Let’s compute the minimum spanning tree (MST) (cf. this review pointing to a vast literature of networks applications in financial markets). From this MST, let’s extract an important summary statistics: the distribution of the vertices’ degrees (k(i) = the number of vertices connected to the given vertex i; d(k) = the normalised number of vertices having degree k).

For empirical correlation matrices, this distribution should roughly follow a power law (linear relationship between degree and frequency in log-log plot).

def compute_degree_counts(correls):
    all_counts = []
    for corr in correls:
        dist = (1 - corr) / 2
        G = nx.from_numpy_matrix(dist) 
        mst = nx.minimum_spanning_tree(G)

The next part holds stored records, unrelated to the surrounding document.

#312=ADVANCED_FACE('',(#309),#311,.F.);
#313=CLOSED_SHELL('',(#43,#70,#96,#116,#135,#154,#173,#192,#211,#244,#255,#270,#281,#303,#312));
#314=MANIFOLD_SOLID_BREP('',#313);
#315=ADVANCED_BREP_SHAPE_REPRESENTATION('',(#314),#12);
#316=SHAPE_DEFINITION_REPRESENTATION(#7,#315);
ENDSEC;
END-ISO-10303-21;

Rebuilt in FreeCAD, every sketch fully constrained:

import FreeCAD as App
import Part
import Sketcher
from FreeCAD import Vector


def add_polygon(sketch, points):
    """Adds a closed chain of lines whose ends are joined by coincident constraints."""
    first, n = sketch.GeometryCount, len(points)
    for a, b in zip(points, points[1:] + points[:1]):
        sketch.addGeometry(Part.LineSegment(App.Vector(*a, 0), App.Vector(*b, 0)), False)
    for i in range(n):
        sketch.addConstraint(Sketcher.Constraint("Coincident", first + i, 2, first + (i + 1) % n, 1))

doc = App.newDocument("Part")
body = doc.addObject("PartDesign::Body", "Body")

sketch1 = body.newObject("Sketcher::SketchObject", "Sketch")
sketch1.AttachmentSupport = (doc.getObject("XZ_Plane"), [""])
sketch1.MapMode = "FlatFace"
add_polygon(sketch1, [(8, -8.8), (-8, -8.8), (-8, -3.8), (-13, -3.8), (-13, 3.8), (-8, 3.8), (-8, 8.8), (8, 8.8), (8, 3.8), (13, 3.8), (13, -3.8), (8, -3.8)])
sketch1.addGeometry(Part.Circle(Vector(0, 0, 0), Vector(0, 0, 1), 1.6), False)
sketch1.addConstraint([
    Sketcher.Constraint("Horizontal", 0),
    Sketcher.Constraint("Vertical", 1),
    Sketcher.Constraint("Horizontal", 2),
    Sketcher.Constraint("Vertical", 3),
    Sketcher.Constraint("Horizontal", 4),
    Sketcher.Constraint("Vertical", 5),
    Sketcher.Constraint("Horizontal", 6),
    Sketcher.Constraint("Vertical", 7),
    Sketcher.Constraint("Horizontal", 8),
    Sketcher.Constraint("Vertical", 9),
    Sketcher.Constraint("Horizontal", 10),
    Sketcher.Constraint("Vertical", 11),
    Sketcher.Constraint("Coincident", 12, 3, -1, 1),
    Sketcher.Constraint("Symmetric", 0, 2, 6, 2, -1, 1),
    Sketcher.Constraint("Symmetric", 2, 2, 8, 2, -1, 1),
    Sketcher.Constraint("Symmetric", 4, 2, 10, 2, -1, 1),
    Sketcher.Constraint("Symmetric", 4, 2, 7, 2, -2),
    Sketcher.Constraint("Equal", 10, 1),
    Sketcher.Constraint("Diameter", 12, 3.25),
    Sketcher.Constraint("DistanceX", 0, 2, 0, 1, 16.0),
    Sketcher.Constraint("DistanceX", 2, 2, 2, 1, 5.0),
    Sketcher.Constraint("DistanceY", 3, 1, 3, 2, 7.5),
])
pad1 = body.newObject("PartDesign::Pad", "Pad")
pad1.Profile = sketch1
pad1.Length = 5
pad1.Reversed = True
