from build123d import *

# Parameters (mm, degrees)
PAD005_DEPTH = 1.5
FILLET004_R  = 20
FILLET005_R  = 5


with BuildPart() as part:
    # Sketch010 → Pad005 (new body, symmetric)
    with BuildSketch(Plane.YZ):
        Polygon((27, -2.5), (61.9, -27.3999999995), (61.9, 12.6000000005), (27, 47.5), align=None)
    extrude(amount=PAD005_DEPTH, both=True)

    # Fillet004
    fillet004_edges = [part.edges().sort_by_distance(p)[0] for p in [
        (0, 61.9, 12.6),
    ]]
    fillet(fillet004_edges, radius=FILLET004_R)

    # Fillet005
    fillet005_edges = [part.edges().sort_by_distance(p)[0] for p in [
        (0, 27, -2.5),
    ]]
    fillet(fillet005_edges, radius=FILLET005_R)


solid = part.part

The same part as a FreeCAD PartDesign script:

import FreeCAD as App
import Part
import Sketcher
Q = App.Units.Quantity


def edges_at(feature, points):
    """Names of the edges that pass closest to the given points."""
    edges = feature.Shape.Edges
    near = lambda p: min(range(len(edges)), key=lambda i: edges[i].distToShape(Part.Vertex(*p))[0])
    return sorted({f"Edge{near(p) + 1}" for p in points})


def add_polygon(sketch, points):
    """Adds a closed chain of lines whose ends are joined by coincident constraints."""
    first, n = sketch.GeometryCount, len(points)
    for a, b in zip(points, points[1:] + points[:1]):
        sketch.addGeometry(Part.LineSegment(App.Vector(*a, 0), App.Vector(*b, 0)), False)
    for i in range(n):
        sketch.addConstraint(Sketcher.Constraint("Coincident", first + i, 2, first + (i + 1) % n, 1))

doc = App.newDocument("Part")
body = doc.addObject("PartDesign::Body", "Body")

# Sketch on YZ plane
sketch1 = body.newObject("Sketcher::SketchObject", "Sketch")
sketch1.AttachmentSupport = (doc.getObject("YZ_Plane"), [""])
sketch1.MapMode = "FlatFace"
add_polygon(sketch1, [(27, -2.5), (61.9, -27.4), (61.9, 12.6), (27, 47.5)])  # lines 0-3
sketch1.addConstraint([
    Sketcher.Constraint("Vertical", 1),
    Sketcher.Constraint("Vertical", 3),
    Sketcher.Constraint("DistanceY", 1, 1, 1, 2, 40.0),
    Sketcher.Constraint("DistanceY", 3, 2, 3, 1, 50.0),
    Sketcher.Constraint("Angle", 2, Q("135 deg")),
    Sketcher.Constraint("DistanceX", -1, 1, 2, 2, 27.0),
    Sketcher.Constraint("DistanceX", -1, 1, 0, 2, 61.9),
    Sketcher.Constraint("DistanceY", 0, 2, -1, 1, 27.4),
])
pad1 = body.newObject("PartDesign::Pad", "Pad")
pad1.Profile = sketch1
pad1.Length = 3
pad1.Midplane = True
doc.recompute()

fillet = body.newObject("PartDesign::Fillet", "Fillet")
fillet.Base = (pad1, edges_at(pad1, [(0, 61.9, 12.6)]))
fillet.Radius = 20
doc.recompute()

fillet2 = body.newObject("PartDesign::Fillet", "Fillet001")
fillet2.Base = (fillet, edges_at(fillet, [(0, 27, -2.5)]))
fillet2.Radius = 5

doc.recompute()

        degrees = {i: 0 for i in range(len(corr))}
        for edge in mst.edges:
            degrees[edge[0]] += 1
            degrees[edge[1]] += 1
        degrees = pd.Series(degrees).sort_values(ascending=False)
        cur_counts = degrees.value_counts()
        counts = np.zeros(len(corr))
        for i in range(len(corr)):
            if i in cur_counts:
                counts[i] = cur_counts[i] 

        all_counts.append(counts / (len(corr) - 1))
        
    return all_counts
mean_gan_counts = np.mean(
    compute_degree_counts(generated_corr_mats), axis=0)
mean_gan_counts = (pd
                   .Series(mean_gan_counts)
                   .replace(0, np.nan))

mean_empirical_counts = np.mean(
    compute_degree_counts(empirical_corr_mats), axis=0)
mean_empirical_counts = (pd
                         .Series(mean_empirical_counts)
                         .replace(0, np.nan))
plt.figure(figsize=(10, 6))
plt.scatter(mean_gan_counts.index,
            mean_gan_counts,
            label='GAN')
plt.scatter(mean_empirical_counts.index,
            mean_empirical_counts,
            label='empirical')
plt.legend()
plt.show()

plt.figure(figsize=(10, 6))
plt.scatter(np.log10(mean_gan_counts.index),
            np.log10(mean_gan_counts),
            label='GAN')
plt.scatter(np.log10(mean_empirical_counts.index),
            np.log10(mean_empirical_counts),
            label='empirical')
plt.legend()
plt.show()

Again, the distributions do not closely match.

It confirms what we hypothesised with the visual representation: A few nodes are strongly connected to the rest, and many nodes have few connections. In the case of GAN-generated matrices/networks, the number of leaves (degree one, i.e. only one connection) is abnormally high; the ‘too low’ number of ‘average’ degrees (the linear log-log relationship) hints at a lack of hierarchical structure (communities). This power-law-like feature is characteristic of complex systems, and has been described in the context of financial correlations many times since 1999, for a variety of asset classes.

Conclusion: Still some work to do. A vanilla GAN was not able to capture precisely the empirical distribution of these financial correlation matrices. What’s next? More training samples (only ~9000 in this experiment)? More epochs (10,000 here, but seems to have reached an equilibrium)? A different representation for the matrices? A more relevant architecture for the discriminator and/or generator?